Diyet ve şişmanlık el ele ilerliyor:
Şişmanlık batı dünyasının en büyük kabusu ama bir yandan da az gelişmiş ülkelere doğru yayılıyor. Bu sorun ülkemizde de gittikçe büyüyor. Bir zamanlar insanlığı kırıp geçiren veba, verem, sıtma gibi bulaşıcı hastalıkları bir yana koyarsak, dünyada bu denli hızlı ilerleyen bir başka hastalık görülmediği belirtiliyor. Obezite sorununun altında yatan nedenler, tıp dünyasını yeni araştırmalara yöneltiyor. Son yıllardaki bakış açısına göre, sorun sadece aşırı yemekten ve hareketsizlikten ibaret olmayabilir. Çünkü az yiyen şişmanlar, çok yiyen zayıflar olduğunu biliyoruz. İşin garip tarafı, bir yandan diyet yapanların sayısı artarken, diğer yandan da şişmanlık başını almış gidiyor..

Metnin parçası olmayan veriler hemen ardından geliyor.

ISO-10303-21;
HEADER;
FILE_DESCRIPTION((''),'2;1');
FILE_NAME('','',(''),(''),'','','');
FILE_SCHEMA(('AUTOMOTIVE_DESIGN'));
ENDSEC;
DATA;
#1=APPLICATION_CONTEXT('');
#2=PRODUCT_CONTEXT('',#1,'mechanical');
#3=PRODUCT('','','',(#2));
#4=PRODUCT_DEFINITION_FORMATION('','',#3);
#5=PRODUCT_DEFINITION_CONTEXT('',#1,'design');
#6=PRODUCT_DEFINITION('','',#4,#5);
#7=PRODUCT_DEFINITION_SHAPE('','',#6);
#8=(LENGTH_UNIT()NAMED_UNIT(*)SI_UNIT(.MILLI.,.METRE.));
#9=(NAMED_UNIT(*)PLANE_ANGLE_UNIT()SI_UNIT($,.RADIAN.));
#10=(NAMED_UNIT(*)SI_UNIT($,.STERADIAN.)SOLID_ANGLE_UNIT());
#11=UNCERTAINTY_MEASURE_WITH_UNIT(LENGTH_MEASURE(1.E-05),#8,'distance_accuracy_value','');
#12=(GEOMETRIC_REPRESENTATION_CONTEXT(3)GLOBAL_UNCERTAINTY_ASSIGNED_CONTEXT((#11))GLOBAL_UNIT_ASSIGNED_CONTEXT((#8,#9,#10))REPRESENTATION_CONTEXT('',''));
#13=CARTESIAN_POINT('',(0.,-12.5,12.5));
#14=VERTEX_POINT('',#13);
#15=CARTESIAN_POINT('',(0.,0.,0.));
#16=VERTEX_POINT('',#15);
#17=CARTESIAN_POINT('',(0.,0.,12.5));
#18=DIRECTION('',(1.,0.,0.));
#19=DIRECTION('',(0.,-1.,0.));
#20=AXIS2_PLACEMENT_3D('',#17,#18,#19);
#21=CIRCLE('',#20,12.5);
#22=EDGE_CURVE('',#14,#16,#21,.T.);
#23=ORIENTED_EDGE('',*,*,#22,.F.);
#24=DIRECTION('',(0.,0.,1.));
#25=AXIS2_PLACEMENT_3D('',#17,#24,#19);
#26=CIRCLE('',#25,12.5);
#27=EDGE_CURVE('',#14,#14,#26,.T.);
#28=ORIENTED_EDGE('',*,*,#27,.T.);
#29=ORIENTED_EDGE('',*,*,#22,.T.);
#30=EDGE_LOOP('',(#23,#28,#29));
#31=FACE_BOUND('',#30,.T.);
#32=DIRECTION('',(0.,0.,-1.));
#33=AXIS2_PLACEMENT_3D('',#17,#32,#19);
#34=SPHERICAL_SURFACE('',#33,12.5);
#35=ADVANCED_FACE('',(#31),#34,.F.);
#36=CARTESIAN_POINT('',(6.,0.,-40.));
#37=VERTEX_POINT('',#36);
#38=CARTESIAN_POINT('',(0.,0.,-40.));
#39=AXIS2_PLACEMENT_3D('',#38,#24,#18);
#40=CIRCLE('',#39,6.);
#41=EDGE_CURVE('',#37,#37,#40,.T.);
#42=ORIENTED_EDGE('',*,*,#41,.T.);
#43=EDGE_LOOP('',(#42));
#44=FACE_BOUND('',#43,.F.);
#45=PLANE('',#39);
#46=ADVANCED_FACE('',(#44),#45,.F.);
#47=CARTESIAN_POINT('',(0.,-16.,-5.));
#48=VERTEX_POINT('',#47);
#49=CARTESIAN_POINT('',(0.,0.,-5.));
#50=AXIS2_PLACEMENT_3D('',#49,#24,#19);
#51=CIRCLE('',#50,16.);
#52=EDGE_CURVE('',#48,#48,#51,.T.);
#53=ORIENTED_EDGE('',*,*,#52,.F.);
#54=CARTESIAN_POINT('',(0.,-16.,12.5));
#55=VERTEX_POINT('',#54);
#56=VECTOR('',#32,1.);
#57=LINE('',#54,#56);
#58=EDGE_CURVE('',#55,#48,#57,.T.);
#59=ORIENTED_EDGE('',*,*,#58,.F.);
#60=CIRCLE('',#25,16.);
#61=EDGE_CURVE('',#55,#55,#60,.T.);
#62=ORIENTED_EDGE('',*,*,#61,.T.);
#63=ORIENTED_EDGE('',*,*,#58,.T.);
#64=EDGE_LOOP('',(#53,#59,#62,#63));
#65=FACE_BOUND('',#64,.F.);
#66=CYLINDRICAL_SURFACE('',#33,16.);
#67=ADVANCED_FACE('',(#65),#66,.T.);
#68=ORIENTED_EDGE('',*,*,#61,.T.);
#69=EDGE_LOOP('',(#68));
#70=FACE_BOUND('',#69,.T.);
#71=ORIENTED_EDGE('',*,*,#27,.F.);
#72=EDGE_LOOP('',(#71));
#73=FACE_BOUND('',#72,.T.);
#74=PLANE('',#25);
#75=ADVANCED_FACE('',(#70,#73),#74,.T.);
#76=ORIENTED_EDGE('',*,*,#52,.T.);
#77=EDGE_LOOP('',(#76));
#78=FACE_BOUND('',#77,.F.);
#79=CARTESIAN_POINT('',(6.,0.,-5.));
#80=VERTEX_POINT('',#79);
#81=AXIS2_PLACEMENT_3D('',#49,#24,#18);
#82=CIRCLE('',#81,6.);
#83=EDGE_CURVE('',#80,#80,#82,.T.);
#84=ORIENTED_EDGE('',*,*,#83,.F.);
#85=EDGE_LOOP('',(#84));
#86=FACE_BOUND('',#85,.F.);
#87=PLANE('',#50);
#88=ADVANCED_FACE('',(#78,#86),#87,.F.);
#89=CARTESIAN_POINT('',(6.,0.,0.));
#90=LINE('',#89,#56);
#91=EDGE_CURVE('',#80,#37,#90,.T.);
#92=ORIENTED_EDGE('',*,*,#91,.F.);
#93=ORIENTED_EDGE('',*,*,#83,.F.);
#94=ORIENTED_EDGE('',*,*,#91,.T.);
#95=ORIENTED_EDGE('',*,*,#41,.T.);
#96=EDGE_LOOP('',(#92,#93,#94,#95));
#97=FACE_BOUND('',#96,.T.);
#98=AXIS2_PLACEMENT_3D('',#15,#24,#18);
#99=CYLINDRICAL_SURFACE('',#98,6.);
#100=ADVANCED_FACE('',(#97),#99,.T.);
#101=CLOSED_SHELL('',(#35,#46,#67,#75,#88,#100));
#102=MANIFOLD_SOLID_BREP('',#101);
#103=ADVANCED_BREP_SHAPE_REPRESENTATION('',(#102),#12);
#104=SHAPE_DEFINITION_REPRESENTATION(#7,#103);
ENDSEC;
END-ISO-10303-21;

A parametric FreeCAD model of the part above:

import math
import FreeCAD as App
import Part
import Sketcher
from FreeCAD import Vector
Q = App.Units.Quantity

doc = App.newDocument("Part")
params = doc.addObject("Spreadsheet::Sheet", "Params")
for row, (alias, value) in enumerate([
    ("sketch1_diameter", "12 mm"),
    ("pad1_length", "40 mm"),
    ("sketch2_radius", "12.5 mm"),
    ("sketch2_height", "5 mm"),
    ("sketch2_width", "3.5 mm"),
    ("revolution_angle", "360 deg"),
], start=1):
    params.set(f"A{row}", alias)
    params.set(f"B{row}", "=" + value)
    params.setAlias(f"B{row}", alias)

body = doc.addObject("PartDesign::Body", "Body")

# Sketch on XY plane
sketch1 = doc.addObject("Sketcher::SketchObject", "Sketch")
body.addObject(sketch1)
sketch1.AttachmentSupport = (doc.XY_Plane, [""])
sketch1.MapMode = "FlatFace"
sketch1.addGeometry(Part.Circle(Vector(0, 0, 0), Vector(0, 0, 1), 6), False)
sketch1.addConstraint(Sketcher.Constraint("Coincident", 0, 3, -1, 1))
sketch1.addConstraint(Sketcher.Constraint("Diameter", 0, Q("12 mm")))
sketch1.setExpression("Constraints[1]", "Params.sketch1_diameter")
pad1 = doc.addObject("PartDesign::Pad", "Pad")
body.addObject(pad1)
pad1.Profile = sketch1
pad1.setExpression("Length", "Params.pad1_length")
pad1.Reversed = True

# Sketch on YZ plane
sketch2 = doc.addObject("Sketcher::SketchObject", "Sketch001")
body.addObject(sketch2)
sketch2.AttachmentSupport = (doc.YZ_Plane, [""])
sketch2.MapMode = "FlatFace"
sketch2.addGeometry(Part.LineSegment(Vector(-12.5, 12.5, 0), Vector(-16, 12.5, 0)), False)
sketch2.addGeometry(Part.LineSegment(Vector(-16, 12.5, 0), Vector(-16, -5, 0)), False)
sketch2.addGeometry(Part.LineSegment(Vector(-16, -5, 0), Vector(0, -5, 0)), False)
sketch2.addGeometry(Part.LineSegment(Vector(0, -5, 0), Vector(0, 0, 0)), False)
sketch2.addGeometry(Part.ArcOfCircle(Part.Circle(Vector(0, 12.5, 0), Vector(0, 0, 1), 12.5), math.radians(180), math.radians(270)), False)
sketch2.addConstraint(Sketcher.Constraint("Coincident", 0, 2, 1, 1))
sketch2.addConstraint(Sketcher.Constraint("Coincident", 1, 2, 2, 1))
sketch2.addConstraint(Sketcher.Constraint("Coincident", 2, 2, 3, 1))
sketch2.addConstraint(Sketcher.Constraint("Coincident", 3, 2, 4, 2))
sketch2.addConstraint(Sketcher.Constraint("Coincident", 4, 1, 0, 1))
sketch2.addConstraint(Sketcher.Constraint("Horizontal", 0))
sketch2.addConstraint(Sketcher.Constraint("Vertical", 1))
sketch2.addConstraint(Sketcher.Constraint("Horizontal", 2))
sketch2.addConstraint(Sketcher.Constraint("Vertical", 3))
sketch2.addConstraint(Sketcher.Constraint("Coincident", 3, 2, -1, 1))
sketch2.addConstraint(Sketcher.Constraint("PointOnObject", 4, 3, -2))
sketch2.addConstraint(Sketcher.Constraint("Horizontal", 4, 3, 0, 2))
sketch2.addConstraint(Sketcher.Constraint("Radius", 4, Q("12.5 mm")))
sketch2.addConstraint(Sketcher.Constraint("DistanceY", 3, 1, 3, 2, Q("5 mm")))
sketch2.addConstraint(Sketcher.Constraint("DistanceX", 0, 2, 0, 1, Q("3.5 mm")))
sketch2.setExpression("Constraints[12]", "Params.sketch2_radius")
sketch2.setExpression("Constraints[13]", "Params.sketch2_height")
sketch2.setExpression("Constraints[14]", "Params.sketch2_width")
revolution = doc.addObject("PartDesign::Revolution", "Revolution")
body.addObject(revolution)
revolution.Profile = sketch2
revolution.ReferenceAxis = (sketch2, ["V_Axis"])
revolution.setExpression("Angle", "Params.revolution_angle")

doc.recompute()
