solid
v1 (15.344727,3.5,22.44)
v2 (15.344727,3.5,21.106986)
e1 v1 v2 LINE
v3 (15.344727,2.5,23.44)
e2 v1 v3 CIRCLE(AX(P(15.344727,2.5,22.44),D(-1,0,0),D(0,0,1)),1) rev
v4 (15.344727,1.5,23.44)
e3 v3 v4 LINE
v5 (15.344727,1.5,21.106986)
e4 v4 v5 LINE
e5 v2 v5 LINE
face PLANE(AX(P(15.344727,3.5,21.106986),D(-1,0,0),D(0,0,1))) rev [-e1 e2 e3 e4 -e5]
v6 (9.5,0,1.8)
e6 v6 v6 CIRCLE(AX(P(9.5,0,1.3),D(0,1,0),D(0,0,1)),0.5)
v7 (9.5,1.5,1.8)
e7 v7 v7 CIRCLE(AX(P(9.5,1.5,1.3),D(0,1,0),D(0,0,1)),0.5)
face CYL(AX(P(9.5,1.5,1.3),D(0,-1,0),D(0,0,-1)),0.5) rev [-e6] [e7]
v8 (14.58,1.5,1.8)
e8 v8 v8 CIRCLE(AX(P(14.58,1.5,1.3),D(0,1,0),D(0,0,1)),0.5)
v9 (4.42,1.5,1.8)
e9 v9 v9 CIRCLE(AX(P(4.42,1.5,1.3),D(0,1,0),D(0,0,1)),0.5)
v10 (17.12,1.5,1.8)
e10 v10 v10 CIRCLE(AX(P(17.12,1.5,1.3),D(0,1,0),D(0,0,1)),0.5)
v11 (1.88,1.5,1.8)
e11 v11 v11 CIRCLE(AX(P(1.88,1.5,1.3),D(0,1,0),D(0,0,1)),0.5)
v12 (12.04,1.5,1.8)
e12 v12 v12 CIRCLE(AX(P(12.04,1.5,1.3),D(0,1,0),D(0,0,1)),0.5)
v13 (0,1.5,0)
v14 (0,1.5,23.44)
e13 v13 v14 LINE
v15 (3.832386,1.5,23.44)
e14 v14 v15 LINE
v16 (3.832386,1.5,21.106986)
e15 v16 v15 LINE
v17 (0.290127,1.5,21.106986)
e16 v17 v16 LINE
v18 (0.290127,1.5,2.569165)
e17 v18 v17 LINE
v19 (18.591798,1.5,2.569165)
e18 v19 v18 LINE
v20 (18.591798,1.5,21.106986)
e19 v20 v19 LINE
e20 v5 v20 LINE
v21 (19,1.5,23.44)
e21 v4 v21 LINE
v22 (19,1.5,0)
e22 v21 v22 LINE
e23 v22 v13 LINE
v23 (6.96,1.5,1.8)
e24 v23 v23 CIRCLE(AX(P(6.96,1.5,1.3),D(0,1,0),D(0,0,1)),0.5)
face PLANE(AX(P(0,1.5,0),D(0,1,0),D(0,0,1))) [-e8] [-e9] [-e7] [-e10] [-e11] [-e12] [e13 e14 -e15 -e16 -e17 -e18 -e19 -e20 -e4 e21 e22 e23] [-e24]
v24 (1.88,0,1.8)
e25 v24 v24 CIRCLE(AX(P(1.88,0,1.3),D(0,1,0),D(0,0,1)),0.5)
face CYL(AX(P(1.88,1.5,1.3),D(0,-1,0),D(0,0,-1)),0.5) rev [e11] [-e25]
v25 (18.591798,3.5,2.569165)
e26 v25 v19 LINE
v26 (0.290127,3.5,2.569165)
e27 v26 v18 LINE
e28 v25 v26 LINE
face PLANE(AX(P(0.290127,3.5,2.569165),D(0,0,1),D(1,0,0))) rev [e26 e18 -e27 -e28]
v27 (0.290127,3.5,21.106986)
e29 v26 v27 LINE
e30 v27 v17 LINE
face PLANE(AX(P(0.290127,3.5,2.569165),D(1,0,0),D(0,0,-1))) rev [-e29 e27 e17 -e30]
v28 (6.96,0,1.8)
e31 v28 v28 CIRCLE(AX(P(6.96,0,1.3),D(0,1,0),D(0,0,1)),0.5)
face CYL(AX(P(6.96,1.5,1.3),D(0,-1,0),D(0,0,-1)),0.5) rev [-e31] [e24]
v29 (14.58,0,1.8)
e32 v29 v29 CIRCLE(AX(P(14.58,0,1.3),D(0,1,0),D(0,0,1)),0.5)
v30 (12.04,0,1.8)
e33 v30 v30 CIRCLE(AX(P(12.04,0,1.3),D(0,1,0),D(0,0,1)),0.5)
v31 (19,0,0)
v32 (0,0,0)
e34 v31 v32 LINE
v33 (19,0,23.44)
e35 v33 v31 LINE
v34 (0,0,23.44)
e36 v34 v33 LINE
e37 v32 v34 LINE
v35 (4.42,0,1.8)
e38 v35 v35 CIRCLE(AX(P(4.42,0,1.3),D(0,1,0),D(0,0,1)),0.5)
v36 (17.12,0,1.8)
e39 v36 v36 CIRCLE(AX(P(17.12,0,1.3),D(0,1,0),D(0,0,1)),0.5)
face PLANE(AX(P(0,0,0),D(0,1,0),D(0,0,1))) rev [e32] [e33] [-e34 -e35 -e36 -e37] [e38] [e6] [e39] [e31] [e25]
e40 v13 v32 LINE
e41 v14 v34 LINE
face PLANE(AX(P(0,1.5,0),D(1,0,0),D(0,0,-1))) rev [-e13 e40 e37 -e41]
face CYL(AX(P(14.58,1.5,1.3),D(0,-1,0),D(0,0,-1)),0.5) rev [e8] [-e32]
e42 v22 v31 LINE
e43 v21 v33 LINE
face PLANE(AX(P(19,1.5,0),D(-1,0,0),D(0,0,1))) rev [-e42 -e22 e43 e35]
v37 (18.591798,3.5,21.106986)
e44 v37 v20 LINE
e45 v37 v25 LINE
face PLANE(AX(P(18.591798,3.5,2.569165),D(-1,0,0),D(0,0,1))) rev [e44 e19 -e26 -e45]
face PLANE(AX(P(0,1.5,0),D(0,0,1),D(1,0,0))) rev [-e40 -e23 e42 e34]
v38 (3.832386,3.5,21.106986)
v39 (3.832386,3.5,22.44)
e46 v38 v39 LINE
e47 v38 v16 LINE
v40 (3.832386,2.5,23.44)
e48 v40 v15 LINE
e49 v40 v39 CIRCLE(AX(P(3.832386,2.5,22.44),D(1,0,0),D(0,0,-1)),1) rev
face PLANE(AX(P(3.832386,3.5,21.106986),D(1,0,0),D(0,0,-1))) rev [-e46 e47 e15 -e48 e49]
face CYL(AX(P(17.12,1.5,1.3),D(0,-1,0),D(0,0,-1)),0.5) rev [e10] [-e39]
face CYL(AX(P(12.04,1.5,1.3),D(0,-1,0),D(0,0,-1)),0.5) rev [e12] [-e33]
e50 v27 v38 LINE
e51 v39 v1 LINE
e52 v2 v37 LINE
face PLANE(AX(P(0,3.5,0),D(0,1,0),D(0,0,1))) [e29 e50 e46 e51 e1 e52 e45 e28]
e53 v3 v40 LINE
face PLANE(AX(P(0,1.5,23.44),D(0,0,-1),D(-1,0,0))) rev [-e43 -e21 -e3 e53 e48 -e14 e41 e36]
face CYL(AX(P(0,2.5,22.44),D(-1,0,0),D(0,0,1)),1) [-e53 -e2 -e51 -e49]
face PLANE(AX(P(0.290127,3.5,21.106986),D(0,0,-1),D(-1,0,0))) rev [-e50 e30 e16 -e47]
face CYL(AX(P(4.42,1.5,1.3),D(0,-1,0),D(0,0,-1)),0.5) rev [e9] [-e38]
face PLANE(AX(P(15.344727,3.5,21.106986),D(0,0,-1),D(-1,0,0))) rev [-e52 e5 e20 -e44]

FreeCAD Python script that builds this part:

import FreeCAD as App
import Part
import Sketcher

V = App.Vector
Q = App.Units.Quantity


def edges_at(feature, points):
    """Names of the edges that pass closest to the given points."""
    edges = feature.Shape.Edges
    near = lambda p: min(range(len(edges)), key=lambda i: edges[i].distToShape(Part.Vertex(*p))[0])
    return sorted({f"Edge{near(p) + 1}" for p in points})

doc = App.newDocument("Part")
body = doc.addObject("PartDesign::Body", "Body")

sketch1 = doc.addObject("Sketcher::SketchObject", "Sketch")
body.addObject(sketch1)
sketch1.AttachmentSupport = (doc.XZ_Plane, [""])
sketch1.MapMode = "FlatFace"
sketch1.addGeometry([
    Part.LineSegment(V(0, 0, 0), V(0, 23.44, 0)),
    Part.LineSegment(V(0, 23.44, 0), V(19, 23.44, 0)),
    Part.LineSegment(V(19, 23.44, 0), V(19, 0, 0)),
    Part.LineSegment(V(19, 0, 0), V(0, 0, 0)),
    Part.Circle(V(1.88, 1.3, 0), V(0, 0, 1), 0.5),
    Part.Circle(V(4.42, 1.3, 0), V(0, 0, 1), 0.5),
    Part.Circle(V(6.96, 1.3, 0), V(0, 0, 1), 0.5),
    Part.Circle(V(9.5, 1.3, 0), V(0, 0, 1), 0.5),
    Part.Circle(V(12.04, 1.3, 0), V(0, 0, 1), 0.5),
    Part.Circle(V(14.58, 1.3, 0), V(0, 0, 1), 0.5),
    Part.Circle(V(17.12, 1.3, 0), V(0, 0, 1), 0.5),
], False)
sketch1.addConstraint([
    Sketcher.Constraint("Coincident", 0, 2, 1, 1),
    Sketcher.Constraint("Coincident", 1, 2, 2, 1),
    Sketcher.Constraint("Coincident", 2, 2, 3, 1),
    Sketcher.Constraint("Coincident", 3, 2, 0, 1),
    Sketcher.Constraint("Vertical", 0),
    Sketcher.Constraint("Horizontal", 1),
    Sketcher.Constraint("Vertical", 2),
    Sketcher.Constraint("Horizontal", 3),
    Sketcher.Constraint("Coincident", 3, 2, -1, 1),
    Sketcher.Constraint("Equal", 4, 5),
    Sketcher.Constraint("Equal", 5, 6),
    Sketcher.Constraint("Equal", 6, 7),
    Sketcher.Constraint("Equal", 7, 8),
    Sketcher.Constraint("Equal", 8, 9),
    Sketcher.Constraint("Equal", 9, 10),
    Sketcher.Constraint("Horizontal", 4, 3, 5, 3),
    Sketcher.Constraint("Horizontal", 5, 3, 6, 3),
    Sketcher.Constraint("Horizontal", 6, 3, 7, 3),
    Sketcher.Constraint("Horizontal", 7, 3, 8, 3),
    Sketcher.Constraint("Horizontal", 8, 3, 9, 3),
    Sketcher.Constraint("Horizontal", 9, 3, 10, 3),
    Sketcher.Constraint("Diameter", 4, Q("1 mm")),
    Sketcher.Constraint("DistanceX", 1, 1, 1, 2, Q("19 mm")),
    Sketcher.Constraint("DistanceY", 0, 1, 0, 2, Q("23.44 mm")),
    Sketcher.Constraint("DistanceY", -1, 1, 4, 3, Q("1.3 mm")),
    Sketcher.Constraint("DistanceX", -1, 1, 7, 3, Q("9.5 mm")),
    Sketcher.Constraint("DistanceX", 4, 3, 9, 3, Q("12.7 mm")),
    Sketcher.Constraint("DistanceX", 5, 3, 10, 3, Q("12.7 mm")),
    Sketcher.Constraint("DistanceX", -1, 1, 4, 3, Q("1.88 mm")),
    Sketcher.Constraint("DistanceX", -1, 1, 5, 3, Q("4.42 mm")),
    Sketcher.Constraint("DistanceX", -1, 1, 6, 3, Q("6.96 mm")),
    Sketcher.Constraint("DistanceX", -1, 1, 8, 3, Q("12.04 mm")),
])
pad1 = doc.addObject("PartDesign::Pad", "Pad")
body.addObject(pad1)
pad1.Profile = sketch1
pad1.Length = 1.5
pad1.Reversed = True

sketch2 = doc.addObject("Sketcher::SketchObject", "Sketch001")
body.addObject(sketch2)
sketch2.AttachmentSupport = (doc.XZ_Plane, [""])
sketch2.MapMode = "FlatFace"
sketch2.AttachmentOffset = App.Placement(V(0, 0, -1.5), App.Rotation())
sketch2.addGeometry([
    Part.LineSegment(V(3.832386, 21.106986, 0), V(3.832386, 23.44, 0)),
    Part.LineSegment(V(3.832386, 23.44, 0), V(15.344727, 23.44, 0)),
    Part.LineSegment(V(15.344727, 23.44, 0), V(15.344727, 21.106986, 0)),
    Part.LineSegment(V(15.344727, 21.106986, 0), V(18.591798, 21.106986, 0)),
    Part.LineSegment(V(18.591798, 21.106986, 0), V(18.591798, 2.569165, 0)),
    Part.LineSegment(V(18.591798, 2.569165, 0), V(0.290127, 2.569165, 0)),
    Part.LineSegment(V(0.290127, 2.569165, 0), V(0.290127, 21.106986, 0)),
    Part.LineSegment(V(0.290127, 21.106986, 0), V(3.832386, 21.106986, 0)),
], False)
sketch2.addConstraint([
    Sketcher.Constraint("Coincident", 0, 2, 1, 1),
    Sketcher.Constraint("Coincident", 1, 2, 2, 1),
    Sketcher.Constraint("Coincident", 2, 2, 3, 1),
    Sketcher.Constraint("Coincident", 3, 2, 4, 1),
    Sketcher.Constraint("Coincident", 4, 2, 5, 1),
    Sketcher.Constraint("Coincident", 5, 2, 6, 1),
    Sketcher.Constraint("Coincident", 6, 2, 7, 1),
    Sketcher.Constraint("Coincident", 7, 2, 0, 1),
    Sketcher.Constraint("Vertical", 0),
    Sketcher.Constraint("Horizontal", 1),
    Sketcher.Constraint("Vertical", 2),
    Sketcher.Constraint("Horizontal", 3),
    Sketcher.Constraint("Vertical", 4),
    Sketcher.Constraint("Horizontal", 5),
    Sketcher.Constraint("Vertical", 6),
    Sketcher.Constraint("Horizontal", 7),
    Sketcher.Constraint("Horizontal", 3, 2, 6, 2),
    Sketcher.Constraint("DistanceY", -1, 1, 0, 2, Q("23.44 mm")),
    Sketcher.Constraint("DistanceX", 1, 1, 1, 2, Q("11.512341 mm")),
    Sketcher.Constraint("DistanceX", 3, 1, 3, 2, Q("3.247071 mm")),
    Sketcher.Constraint("DistanceX", 5, 2, 5, 1, Q("18.30167 mm")),
    Sketcher.Constraint("DistanceY", 4, 2, 4, 1, Q("18.537821 mm")),
    Sketcher.Constraint("DistanceY", 0, 1, 0, 2, Q("2.333014 mm")),
    Sketcher.Constraint("DistanceX", -1, 1, 0, 2, Q("3.832386 mm")),
])
pad2 = doc.addObject("PartDesign::Pad", "Pad001")
body.addObject(pad2)
pad2.Profile = sketch2
pad2.Length = 2
pad2.Reversed = True
doc.recompute()

fillet = doc.addObject("PartDesign::Fillet", "Fillet")
body.addObject(fillet)
fillet.Base = (pad2, edges_at(pad2, [(9.589, 3.5, 23.44)]))
fillet.Radius = 1

doc.recompute()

Vücut ağırlığımızın hormonal sorunlar ve genetik yatkınlıkla ilişkili olduğuna kuşku yok. Ayrıca yanlış beslenme alışkanlıkları, hareketsizlik ve aşırı yemek genellikle psikolojik sorunlarla birlikte şekilleniyor. Gerçek şu ki, şişmanlık pek çok nedene bağlı olabilir. Ve nedenlerini ortaya çıkarmadıkça yapılan diyetler, ağrıyan yerimize morfin yapmaktan daha kalıcı bir çözüm olmayı başaramaz.
Hormon gerçeği:
Vücut ağırlığımız son derece karmaşık bir hormonal zincire bağlıdır. İnsan vücudunda 100’ü aşkın hormon salgılanır ve bunlar mükemmel bir orkestranın ahengiyle tüm metabolizmayı kontrol ederler. Bütün bu hormonlar bir kurye gibi, beyinden, iç salgı bezlerinden vücudun her yanına mesaj iletirler. Kalp atışlarımızı, nefes alışımızı, cinsel dürtülerimizi hormonlar yönetirler. Gece bizi uykuya daldıran, sabah uyandıran hormonlarımızdır.
Açlığımız, tokluğumuz, iştahsızlığımız veya tatlılara, böreklere, hamur işlerine, alkole karşı duyduğumuz dayanılmaz çekim veya sağlıklı gıdalara yönelim, tamamen vücudumuzdaki hormonların taşıdığı mesajlarla oluşur.
Bizi aç olduğumuz veya yeterince doyduğumuz konusunda uyaran mesajlar belirli hormonlarımızdan gelir.
Aldığımız gıdaların nereye gideceğine, yağa mı yoksa şekere mi dönüşeceğine, kaslara mı, karaciğere mi gideceğine yine hormonlar karar verirler.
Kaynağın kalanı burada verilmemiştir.